Onderwerp: Bezoek-historie

RSJ 14/0296/GA, 9 april 2014, beroep
Uitspraakdatum:09-04-2014

Dit onderwerp bevat de volgende rubrieken.

Uitspraak

nummer: 14/296/GA

betreft: [klager] datum: 9 april 2014

De beroepscommissie als bedoeld in artikel 69, tweede lid, van de Penitentiaire beginselenwet (Pbw) heeft kennisgenomen van een bij het secretariaat van de Raad ingekomen beroepschrift van

[...], verder te noemen klager,

gericht tegen een uitspraak van 27 januari 2014 van de alleensprekende beklagrechter bij de penitentiaire inrichtingen (p.i.) Breda, voor zover daarbij aan klager een tegemoetkoming is toegekend,

alsmede van de overige stukken, waaronder de uitspraak waarvan beroep, welke in afschrift aan deze uitspraak is gehecht.

De beroepscommissie heeft de directeur van voornoemde p.i. in de gelegenheid gesteld schriftelijk te reageren op het beroep en klager om het beroep schriftelijk toe te lichten.

Op grond van haar onderzoek overweegt en beslist de beroepscommissie als volgt:

1. De inhoud van de tegemoetkoming
De beklagrechter heeft een tegemoetkoming van € 25,= toegekend vanwege de gegrondverklaring van klagers beklag betreffende de vermissing van zijn kleding, op de gronden als in de aangehechte uitspraak weergegeven.

2. De standpunten van klager en de directeur
Door en namens klager is het beroep als volgt toegelicht. De tegemoetkoming is te gering omdat de vermiste spullen in totaal een waarde hebben van € 480,=. Het gaat om een jas, een broek, een paar schoenen en een t-shirt. De jas is gekocht voor
ongeveer
€ 75,= en de aankoopbon hiervan is bewaard. De schoenen en de broek zijn enkele weken voor klagers aanhouding aangeschaft. Het t-shirt was al wat ouder. Verzocht wordt om het beroep mondeling te mogen toelichten.

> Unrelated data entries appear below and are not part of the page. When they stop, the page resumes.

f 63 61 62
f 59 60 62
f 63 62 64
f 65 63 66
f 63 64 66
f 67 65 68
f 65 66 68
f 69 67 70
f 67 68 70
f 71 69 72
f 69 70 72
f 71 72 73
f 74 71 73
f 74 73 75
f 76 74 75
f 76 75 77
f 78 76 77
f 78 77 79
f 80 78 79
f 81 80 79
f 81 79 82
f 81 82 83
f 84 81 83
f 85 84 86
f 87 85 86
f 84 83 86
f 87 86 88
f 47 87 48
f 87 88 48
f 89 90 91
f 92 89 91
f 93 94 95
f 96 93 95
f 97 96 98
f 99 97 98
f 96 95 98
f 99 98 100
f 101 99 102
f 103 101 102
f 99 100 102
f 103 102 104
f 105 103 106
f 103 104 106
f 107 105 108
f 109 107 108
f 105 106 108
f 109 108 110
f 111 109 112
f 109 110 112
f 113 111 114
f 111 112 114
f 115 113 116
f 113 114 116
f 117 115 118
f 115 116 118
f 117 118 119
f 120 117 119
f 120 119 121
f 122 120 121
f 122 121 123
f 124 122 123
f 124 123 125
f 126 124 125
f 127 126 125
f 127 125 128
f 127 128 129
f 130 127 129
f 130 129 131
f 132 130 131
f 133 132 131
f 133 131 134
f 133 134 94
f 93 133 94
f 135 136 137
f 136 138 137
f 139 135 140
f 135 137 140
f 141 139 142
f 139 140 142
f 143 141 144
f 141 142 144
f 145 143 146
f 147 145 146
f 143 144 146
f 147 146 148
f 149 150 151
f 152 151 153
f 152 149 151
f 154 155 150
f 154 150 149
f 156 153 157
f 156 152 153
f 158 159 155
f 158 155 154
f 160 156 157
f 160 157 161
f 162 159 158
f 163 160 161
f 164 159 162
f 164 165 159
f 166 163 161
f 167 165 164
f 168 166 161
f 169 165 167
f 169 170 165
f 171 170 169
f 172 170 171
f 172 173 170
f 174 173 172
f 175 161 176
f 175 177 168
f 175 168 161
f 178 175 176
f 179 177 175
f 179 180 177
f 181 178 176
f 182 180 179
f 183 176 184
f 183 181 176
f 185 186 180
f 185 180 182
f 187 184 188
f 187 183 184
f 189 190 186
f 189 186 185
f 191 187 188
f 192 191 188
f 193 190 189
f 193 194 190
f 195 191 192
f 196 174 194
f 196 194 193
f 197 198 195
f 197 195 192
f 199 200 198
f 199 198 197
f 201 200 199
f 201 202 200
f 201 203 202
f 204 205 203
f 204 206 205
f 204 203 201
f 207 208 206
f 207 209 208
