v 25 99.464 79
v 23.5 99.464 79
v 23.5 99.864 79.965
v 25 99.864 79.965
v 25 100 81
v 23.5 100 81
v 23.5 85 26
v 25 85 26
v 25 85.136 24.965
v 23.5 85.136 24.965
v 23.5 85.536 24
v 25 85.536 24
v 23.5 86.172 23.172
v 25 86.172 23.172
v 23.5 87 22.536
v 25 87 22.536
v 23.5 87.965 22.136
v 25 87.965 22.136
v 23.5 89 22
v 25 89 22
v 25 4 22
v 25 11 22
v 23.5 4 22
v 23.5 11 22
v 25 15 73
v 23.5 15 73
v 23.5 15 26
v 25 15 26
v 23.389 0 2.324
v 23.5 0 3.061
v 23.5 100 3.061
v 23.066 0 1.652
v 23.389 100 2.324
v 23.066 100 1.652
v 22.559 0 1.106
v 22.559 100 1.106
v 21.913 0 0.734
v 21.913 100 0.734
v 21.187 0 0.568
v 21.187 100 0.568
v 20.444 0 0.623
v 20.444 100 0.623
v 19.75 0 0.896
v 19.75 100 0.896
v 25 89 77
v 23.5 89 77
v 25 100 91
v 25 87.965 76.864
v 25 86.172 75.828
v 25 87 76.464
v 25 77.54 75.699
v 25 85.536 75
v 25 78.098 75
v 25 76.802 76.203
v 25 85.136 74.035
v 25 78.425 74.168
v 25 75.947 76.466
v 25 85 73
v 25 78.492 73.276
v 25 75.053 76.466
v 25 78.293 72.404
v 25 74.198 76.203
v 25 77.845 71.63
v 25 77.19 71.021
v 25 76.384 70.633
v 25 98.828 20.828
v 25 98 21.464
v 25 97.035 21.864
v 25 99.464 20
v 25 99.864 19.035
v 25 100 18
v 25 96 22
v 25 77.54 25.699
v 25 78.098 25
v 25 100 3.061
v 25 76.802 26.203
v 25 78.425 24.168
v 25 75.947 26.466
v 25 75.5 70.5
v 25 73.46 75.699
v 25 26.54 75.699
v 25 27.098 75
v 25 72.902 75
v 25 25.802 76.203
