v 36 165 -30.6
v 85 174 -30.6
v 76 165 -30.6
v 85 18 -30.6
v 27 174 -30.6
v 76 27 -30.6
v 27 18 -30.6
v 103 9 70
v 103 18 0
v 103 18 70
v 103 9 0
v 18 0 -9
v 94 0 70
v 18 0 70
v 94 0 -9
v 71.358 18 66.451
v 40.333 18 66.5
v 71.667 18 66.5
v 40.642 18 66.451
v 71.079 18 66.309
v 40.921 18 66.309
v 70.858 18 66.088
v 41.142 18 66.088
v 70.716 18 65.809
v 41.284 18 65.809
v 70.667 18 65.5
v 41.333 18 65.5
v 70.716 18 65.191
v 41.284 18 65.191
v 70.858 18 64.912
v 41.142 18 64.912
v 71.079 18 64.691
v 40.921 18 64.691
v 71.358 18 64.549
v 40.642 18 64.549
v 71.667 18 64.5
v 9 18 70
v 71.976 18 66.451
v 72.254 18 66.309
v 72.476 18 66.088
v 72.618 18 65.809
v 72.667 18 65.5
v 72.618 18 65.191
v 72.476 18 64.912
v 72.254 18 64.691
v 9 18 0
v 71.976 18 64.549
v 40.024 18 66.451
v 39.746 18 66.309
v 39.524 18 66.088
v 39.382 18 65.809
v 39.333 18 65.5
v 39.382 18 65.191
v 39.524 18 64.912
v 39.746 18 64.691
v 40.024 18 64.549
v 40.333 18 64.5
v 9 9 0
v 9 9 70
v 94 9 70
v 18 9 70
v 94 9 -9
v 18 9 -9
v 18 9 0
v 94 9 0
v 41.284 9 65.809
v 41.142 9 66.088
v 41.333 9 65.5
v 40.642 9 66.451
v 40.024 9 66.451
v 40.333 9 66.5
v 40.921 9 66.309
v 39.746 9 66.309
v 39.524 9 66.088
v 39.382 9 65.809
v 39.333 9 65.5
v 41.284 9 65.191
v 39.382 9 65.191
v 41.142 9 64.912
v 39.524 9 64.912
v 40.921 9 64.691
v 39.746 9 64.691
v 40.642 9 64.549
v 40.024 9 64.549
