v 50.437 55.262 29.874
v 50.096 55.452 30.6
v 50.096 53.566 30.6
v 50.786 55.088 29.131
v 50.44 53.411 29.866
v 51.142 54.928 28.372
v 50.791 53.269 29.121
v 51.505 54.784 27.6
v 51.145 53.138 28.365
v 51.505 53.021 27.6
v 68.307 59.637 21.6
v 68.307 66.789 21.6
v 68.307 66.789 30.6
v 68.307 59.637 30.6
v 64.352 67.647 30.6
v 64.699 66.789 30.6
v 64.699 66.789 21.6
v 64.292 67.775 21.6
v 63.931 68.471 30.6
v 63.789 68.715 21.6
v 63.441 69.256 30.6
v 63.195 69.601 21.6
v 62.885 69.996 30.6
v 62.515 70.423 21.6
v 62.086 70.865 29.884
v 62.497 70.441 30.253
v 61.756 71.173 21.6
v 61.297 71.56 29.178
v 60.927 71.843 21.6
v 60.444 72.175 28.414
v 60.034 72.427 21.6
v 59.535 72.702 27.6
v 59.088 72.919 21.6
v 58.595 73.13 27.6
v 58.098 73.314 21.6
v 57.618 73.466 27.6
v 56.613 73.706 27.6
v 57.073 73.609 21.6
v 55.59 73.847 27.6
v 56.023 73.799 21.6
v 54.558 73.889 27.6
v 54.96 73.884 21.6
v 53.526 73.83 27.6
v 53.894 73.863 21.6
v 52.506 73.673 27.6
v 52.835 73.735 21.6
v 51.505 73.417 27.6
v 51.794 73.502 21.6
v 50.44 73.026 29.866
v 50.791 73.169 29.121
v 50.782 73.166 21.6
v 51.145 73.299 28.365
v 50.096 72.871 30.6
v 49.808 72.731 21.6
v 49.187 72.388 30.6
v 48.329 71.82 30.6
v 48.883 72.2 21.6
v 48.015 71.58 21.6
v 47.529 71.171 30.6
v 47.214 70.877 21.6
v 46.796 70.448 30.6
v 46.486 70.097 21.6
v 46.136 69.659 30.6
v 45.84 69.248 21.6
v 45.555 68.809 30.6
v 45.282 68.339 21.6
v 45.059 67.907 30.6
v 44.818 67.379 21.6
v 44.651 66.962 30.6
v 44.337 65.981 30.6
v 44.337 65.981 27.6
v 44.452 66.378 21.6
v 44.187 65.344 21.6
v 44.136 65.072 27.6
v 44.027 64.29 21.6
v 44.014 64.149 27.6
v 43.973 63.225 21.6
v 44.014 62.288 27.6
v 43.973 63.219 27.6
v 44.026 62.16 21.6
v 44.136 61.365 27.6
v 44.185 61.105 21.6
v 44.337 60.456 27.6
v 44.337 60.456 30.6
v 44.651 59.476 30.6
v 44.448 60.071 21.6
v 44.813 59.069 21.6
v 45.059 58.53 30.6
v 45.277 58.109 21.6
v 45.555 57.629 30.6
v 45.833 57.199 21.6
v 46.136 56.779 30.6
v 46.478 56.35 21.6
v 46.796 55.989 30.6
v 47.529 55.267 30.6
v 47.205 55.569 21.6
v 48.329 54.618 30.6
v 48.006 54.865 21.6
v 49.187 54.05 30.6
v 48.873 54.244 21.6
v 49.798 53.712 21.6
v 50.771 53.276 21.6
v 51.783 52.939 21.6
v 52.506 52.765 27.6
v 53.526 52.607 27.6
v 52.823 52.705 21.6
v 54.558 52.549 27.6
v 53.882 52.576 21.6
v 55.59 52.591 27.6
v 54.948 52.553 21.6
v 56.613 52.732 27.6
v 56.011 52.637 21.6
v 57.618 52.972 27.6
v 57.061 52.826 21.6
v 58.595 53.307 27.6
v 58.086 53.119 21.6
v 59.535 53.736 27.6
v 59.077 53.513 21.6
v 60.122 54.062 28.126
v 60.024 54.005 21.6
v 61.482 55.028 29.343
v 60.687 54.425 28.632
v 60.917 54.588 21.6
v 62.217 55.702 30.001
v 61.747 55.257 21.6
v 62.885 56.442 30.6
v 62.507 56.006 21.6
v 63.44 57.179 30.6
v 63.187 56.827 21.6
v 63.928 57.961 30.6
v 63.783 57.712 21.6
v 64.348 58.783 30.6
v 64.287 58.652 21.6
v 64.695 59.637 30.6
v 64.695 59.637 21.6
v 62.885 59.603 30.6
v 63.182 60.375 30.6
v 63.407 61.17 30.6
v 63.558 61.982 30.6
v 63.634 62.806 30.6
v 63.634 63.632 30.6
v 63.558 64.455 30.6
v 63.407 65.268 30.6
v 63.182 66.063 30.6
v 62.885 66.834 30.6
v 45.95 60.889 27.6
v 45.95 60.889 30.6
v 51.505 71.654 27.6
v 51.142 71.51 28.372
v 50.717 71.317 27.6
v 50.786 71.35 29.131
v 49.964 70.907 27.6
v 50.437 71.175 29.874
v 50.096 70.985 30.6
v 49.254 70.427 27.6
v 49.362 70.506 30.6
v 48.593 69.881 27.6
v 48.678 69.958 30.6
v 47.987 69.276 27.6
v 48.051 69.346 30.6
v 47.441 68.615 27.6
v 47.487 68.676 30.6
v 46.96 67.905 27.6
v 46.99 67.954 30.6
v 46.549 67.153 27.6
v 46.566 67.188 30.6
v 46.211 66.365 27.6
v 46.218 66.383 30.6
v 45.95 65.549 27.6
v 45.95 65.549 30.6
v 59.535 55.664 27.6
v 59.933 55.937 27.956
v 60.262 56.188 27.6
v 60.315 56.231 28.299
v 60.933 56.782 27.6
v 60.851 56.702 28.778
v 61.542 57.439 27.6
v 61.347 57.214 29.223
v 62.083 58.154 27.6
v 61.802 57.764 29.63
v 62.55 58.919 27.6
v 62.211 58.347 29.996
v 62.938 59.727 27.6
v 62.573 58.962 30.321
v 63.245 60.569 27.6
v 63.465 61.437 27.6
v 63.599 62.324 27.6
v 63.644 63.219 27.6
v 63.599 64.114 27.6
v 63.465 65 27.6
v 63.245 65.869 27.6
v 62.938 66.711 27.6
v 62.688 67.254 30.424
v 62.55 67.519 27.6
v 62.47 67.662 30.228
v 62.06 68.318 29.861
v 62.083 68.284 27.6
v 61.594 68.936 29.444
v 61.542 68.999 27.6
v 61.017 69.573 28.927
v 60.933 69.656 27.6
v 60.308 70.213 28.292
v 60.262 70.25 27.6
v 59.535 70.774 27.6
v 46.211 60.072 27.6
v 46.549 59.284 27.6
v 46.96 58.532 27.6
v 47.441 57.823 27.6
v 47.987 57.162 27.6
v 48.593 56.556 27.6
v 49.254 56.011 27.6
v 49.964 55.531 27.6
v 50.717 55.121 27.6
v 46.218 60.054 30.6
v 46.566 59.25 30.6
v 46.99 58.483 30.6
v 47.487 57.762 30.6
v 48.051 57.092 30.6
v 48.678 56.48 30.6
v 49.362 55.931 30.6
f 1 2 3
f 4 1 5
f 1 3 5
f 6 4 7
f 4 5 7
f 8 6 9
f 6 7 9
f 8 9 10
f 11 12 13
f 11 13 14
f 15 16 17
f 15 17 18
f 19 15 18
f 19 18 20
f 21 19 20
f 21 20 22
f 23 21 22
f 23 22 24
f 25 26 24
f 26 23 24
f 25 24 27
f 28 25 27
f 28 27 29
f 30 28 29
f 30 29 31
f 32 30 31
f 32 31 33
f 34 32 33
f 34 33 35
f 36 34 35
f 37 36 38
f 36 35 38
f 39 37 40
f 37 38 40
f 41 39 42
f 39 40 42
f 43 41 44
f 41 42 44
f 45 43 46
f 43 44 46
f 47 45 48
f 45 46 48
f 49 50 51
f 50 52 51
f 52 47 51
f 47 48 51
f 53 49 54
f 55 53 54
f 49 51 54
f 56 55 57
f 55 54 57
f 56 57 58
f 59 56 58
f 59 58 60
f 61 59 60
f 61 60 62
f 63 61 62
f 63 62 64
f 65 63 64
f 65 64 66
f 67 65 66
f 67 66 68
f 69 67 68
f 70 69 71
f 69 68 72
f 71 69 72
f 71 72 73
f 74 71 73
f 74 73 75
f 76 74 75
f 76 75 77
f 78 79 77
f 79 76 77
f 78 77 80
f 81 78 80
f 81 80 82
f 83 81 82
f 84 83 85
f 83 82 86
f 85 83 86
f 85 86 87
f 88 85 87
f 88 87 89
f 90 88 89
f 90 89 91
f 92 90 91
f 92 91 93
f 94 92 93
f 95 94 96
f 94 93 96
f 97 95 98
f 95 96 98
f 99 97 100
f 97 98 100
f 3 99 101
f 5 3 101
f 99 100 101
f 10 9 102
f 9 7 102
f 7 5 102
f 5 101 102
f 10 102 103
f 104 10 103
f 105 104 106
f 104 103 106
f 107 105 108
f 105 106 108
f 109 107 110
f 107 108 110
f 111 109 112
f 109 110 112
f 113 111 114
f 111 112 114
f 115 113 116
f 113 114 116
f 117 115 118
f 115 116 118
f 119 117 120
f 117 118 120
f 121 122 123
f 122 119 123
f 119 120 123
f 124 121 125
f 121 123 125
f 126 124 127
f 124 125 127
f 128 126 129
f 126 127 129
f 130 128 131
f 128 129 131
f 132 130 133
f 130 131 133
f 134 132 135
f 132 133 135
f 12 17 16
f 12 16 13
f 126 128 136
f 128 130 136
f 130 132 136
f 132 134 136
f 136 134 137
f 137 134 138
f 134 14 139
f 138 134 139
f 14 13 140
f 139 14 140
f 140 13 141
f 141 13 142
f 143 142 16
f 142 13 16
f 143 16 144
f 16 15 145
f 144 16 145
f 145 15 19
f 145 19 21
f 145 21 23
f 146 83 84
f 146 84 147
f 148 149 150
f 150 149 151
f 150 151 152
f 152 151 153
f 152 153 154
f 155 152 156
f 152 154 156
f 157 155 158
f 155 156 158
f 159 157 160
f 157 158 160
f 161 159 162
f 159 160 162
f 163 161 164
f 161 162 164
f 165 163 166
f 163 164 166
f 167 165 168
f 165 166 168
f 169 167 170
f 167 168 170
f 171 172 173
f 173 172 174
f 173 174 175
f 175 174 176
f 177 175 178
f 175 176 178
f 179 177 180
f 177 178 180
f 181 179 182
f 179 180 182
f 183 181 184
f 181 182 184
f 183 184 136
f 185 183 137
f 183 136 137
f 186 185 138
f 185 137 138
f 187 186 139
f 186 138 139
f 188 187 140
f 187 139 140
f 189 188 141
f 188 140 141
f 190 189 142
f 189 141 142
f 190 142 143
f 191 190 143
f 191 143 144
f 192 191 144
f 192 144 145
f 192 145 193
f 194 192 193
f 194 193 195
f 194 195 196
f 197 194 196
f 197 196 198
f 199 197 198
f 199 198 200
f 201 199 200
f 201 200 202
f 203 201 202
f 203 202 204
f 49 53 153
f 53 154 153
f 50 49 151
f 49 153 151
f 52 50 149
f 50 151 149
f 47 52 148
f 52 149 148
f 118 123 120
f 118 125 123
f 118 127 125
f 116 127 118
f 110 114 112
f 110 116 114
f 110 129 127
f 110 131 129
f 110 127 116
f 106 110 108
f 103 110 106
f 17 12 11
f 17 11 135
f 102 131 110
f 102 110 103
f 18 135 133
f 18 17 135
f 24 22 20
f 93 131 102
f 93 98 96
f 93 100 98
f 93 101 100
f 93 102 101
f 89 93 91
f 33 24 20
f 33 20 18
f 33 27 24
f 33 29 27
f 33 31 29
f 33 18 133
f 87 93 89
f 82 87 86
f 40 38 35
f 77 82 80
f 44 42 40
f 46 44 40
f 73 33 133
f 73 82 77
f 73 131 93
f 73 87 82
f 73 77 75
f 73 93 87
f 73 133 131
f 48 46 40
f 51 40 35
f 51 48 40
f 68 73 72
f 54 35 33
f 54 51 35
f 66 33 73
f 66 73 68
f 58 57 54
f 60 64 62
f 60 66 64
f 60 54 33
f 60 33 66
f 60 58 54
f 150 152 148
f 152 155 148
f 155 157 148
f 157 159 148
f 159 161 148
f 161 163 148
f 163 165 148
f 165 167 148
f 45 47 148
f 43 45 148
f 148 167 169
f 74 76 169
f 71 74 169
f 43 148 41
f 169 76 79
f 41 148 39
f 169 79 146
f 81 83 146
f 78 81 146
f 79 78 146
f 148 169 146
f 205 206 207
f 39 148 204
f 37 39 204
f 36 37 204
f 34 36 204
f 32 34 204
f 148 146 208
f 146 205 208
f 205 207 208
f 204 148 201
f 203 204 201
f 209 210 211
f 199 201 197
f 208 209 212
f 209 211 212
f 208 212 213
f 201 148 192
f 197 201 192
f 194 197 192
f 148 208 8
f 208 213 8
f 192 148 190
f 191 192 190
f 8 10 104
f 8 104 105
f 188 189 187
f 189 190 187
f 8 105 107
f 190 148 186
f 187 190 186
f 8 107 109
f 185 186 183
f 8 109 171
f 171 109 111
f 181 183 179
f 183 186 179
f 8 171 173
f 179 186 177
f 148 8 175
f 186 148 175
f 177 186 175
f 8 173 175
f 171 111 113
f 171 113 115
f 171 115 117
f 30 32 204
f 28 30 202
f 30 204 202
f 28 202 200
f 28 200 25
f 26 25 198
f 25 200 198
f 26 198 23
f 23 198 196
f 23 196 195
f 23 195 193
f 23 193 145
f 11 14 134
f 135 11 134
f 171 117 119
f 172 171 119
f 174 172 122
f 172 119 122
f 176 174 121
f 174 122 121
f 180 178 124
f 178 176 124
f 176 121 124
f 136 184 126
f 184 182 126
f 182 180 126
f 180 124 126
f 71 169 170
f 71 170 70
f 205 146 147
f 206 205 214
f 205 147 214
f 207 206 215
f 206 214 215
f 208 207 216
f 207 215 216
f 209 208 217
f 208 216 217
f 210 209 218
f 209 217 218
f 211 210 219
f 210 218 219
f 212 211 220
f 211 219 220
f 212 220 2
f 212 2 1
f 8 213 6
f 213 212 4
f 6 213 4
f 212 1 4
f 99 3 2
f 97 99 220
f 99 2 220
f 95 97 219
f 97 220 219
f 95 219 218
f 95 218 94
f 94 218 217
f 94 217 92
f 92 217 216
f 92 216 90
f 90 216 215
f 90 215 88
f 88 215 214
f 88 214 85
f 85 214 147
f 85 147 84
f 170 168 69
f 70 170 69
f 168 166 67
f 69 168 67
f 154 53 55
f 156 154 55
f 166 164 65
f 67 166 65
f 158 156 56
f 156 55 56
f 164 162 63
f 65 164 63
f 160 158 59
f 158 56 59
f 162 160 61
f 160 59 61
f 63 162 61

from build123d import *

# Parameters (mm, degrees)
PAD063_DEPTH    = 9
SKETCH096_R     = 9
POCKET019_DEPTH = 3
POCKET020_DEPTH = 24.2527662109
POCKET021_DEPTH = 3


with BuildPart() as part:
    # Sketch095 → Pad063 (new body)
    with BuildSketch(Plane.XY.offset(1.6)):
        with BuildLine():
            Line((64.6986240714, 66.789096024), (68.3068088834, 66.789096024))
            Line((68.3068088834, 66.789096024), (68.3068088834, 59.6371823367))
            Line((68.3068088834, 59.6371823367), (64.6946039998, 59.6371823367))
            ThreePointArc((64.6986240714, 66.789096024), (43.973359138, 63.2247876667), (64.6946039998, 59.6371823367))
        make_face()
    extrude(amount=PAD063_DEPTH)

    # Sketch096 (on Face6 of Pad063) → Pocket019 (cut)
    with BuildSketch(Plane.XY.offset(10.6)):
        with Locations((54.643516, 63.21879)):
            Circle(SKETCH096_R)
    extrude(amount=-POCKET019_DEPTH, mode=Mode.SUBTRACT)

    # Sketch097 (on DatumPlane) → Pocket020 (cut, through all)
    with BuildSketch(Plane(origin=(0, 49.6371823367, 1.6), x_dir=(1, 0, 0), z_dir=(0, -1, 0))):
        Polygon((47.624802, 14.26), (51.504802, 6), (59.534802, 6), (66.034802, 11.82), align=None)
    extrude(amount=-POCKET020_DEPTH, mode=Mode.SUBTRACT)

    # Sketch098 (on Face10 of Pocket020) → Pocket021 (cut)
    with BuildSketch(Plane.XY.offset(10.6)):
        Polygon((54.643516, 63.21879), (36.6761624803, 68.0350836562), (36.6761624803, 58.4024963438), align=None)
    extrude(amount=-POCKET021_DEPTH, mode=Mode.SUBTRACT)


with BuildPart() as part_1:
    # Body011 placement: moved
    add(part.part.moved(Location((0, 0, 20))))


solid = part_1.part
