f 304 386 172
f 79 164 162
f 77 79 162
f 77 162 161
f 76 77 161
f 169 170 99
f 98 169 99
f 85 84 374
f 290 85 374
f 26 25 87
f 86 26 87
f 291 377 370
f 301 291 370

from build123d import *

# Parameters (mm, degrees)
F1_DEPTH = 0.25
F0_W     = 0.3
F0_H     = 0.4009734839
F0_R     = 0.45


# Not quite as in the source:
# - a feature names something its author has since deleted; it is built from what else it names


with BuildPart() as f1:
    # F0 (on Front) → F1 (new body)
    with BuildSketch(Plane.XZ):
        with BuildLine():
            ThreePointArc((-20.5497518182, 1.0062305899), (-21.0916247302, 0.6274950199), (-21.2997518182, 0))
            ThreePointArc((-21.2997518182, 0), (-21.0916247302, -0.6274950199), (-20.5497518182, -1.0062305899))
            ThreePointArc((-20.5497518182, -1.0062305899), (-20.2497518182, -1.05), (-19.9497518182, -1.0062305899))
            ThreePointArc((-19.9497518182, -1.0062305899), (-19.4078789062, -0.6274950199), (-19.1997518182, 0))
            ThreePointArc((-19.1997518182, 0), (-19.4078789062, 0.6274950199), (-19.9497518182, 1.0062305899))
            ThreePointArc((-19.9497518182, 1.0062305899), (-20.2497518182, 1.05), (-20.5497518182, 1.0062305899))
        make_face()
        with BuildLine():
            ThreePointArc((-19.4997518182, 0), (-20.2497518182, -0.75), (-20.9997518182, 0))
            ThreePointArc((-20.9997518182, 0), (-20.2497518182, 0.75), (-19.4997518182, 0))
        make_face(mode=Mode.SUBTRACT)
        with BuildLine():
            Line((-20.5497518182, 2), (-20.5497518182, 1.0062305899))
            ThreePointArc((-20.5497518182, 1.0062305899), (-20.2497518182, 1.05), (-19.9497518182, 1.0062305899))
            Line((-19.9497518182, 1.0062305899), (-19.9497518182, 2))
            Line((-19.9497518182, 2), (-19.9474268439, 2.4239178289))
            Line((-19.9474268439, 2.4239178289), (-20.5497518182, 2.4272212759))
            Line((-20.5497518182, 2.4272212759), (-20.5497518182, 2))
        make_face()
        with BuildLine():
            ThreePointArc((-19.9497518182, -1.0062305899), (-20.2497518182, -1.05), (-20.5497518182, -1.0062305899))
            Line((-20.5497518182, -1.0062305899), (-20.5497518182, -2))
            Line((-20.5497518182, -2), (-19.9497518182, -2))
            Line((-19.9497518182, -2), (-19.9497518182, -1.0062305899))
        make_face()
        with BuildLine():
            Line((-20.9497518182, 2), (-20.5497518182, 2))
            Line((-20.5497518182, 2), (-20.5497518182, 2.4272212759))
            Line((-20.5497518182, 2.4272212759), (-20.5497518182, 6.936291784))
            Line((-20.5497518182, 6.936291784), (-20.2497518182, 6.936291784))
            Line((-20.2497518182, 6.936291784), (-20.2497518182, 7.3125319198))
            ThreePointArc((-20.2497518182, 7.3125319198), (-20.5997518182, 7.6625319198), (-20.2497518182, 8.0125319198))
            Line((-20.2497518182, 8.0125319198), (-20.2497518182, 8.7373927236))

De directeur persisteert in beroep bij het standpunt zoals ingenomen tegenover de beklagrechter.

3. De beoordeling
Klager heeft verzocht zijn beroep op een zitting te behandelen. De beroepscommissie wijst dit verzoek, dat onvoldoende is onderbouwd, af nu de noodzaak van een mondelinge toelichting niet is gebleken. Zij acht zich op basis van de stukken voldoende
ingelicht om op het beroep te beslissen.

De beroepscommissie stelt voorop dat een tegemoetkoming primair is bedoeld voor het door klager ondervonden ongemak. In geval er sprake is van schade en indien die schade eenvoudig is te begroten, is er aanleiding schadevergoedingsaspecten te betrekken
bij de bepaling van de hoogte van de tegemoetkoming. Namens klager is de schade niet verder onderbouwd dan door te vermelden dat de jas is gekocht voor ongeveer € 75,= en dat er nog een aankoopbon is. In zoverre is de schade eenvoudig te begroten. De
beroepscommissie kan zich derhalve niet verenigen met de, louter vanwege het door klager geleden ongemak, toegekende tegemoetkoming. De tegemoetkoming zal worden vastgesteld op € 100,=. Het beroep zal dan ook gegrond worden verklaard.

4. De uitspraak
De beroepscommissie verklaart het beroep gegrond en vernietigt de uitspraak van de beklagcommissie. Zij bepaalt dat klager een tegemoetkoming toekomt van € 100,=.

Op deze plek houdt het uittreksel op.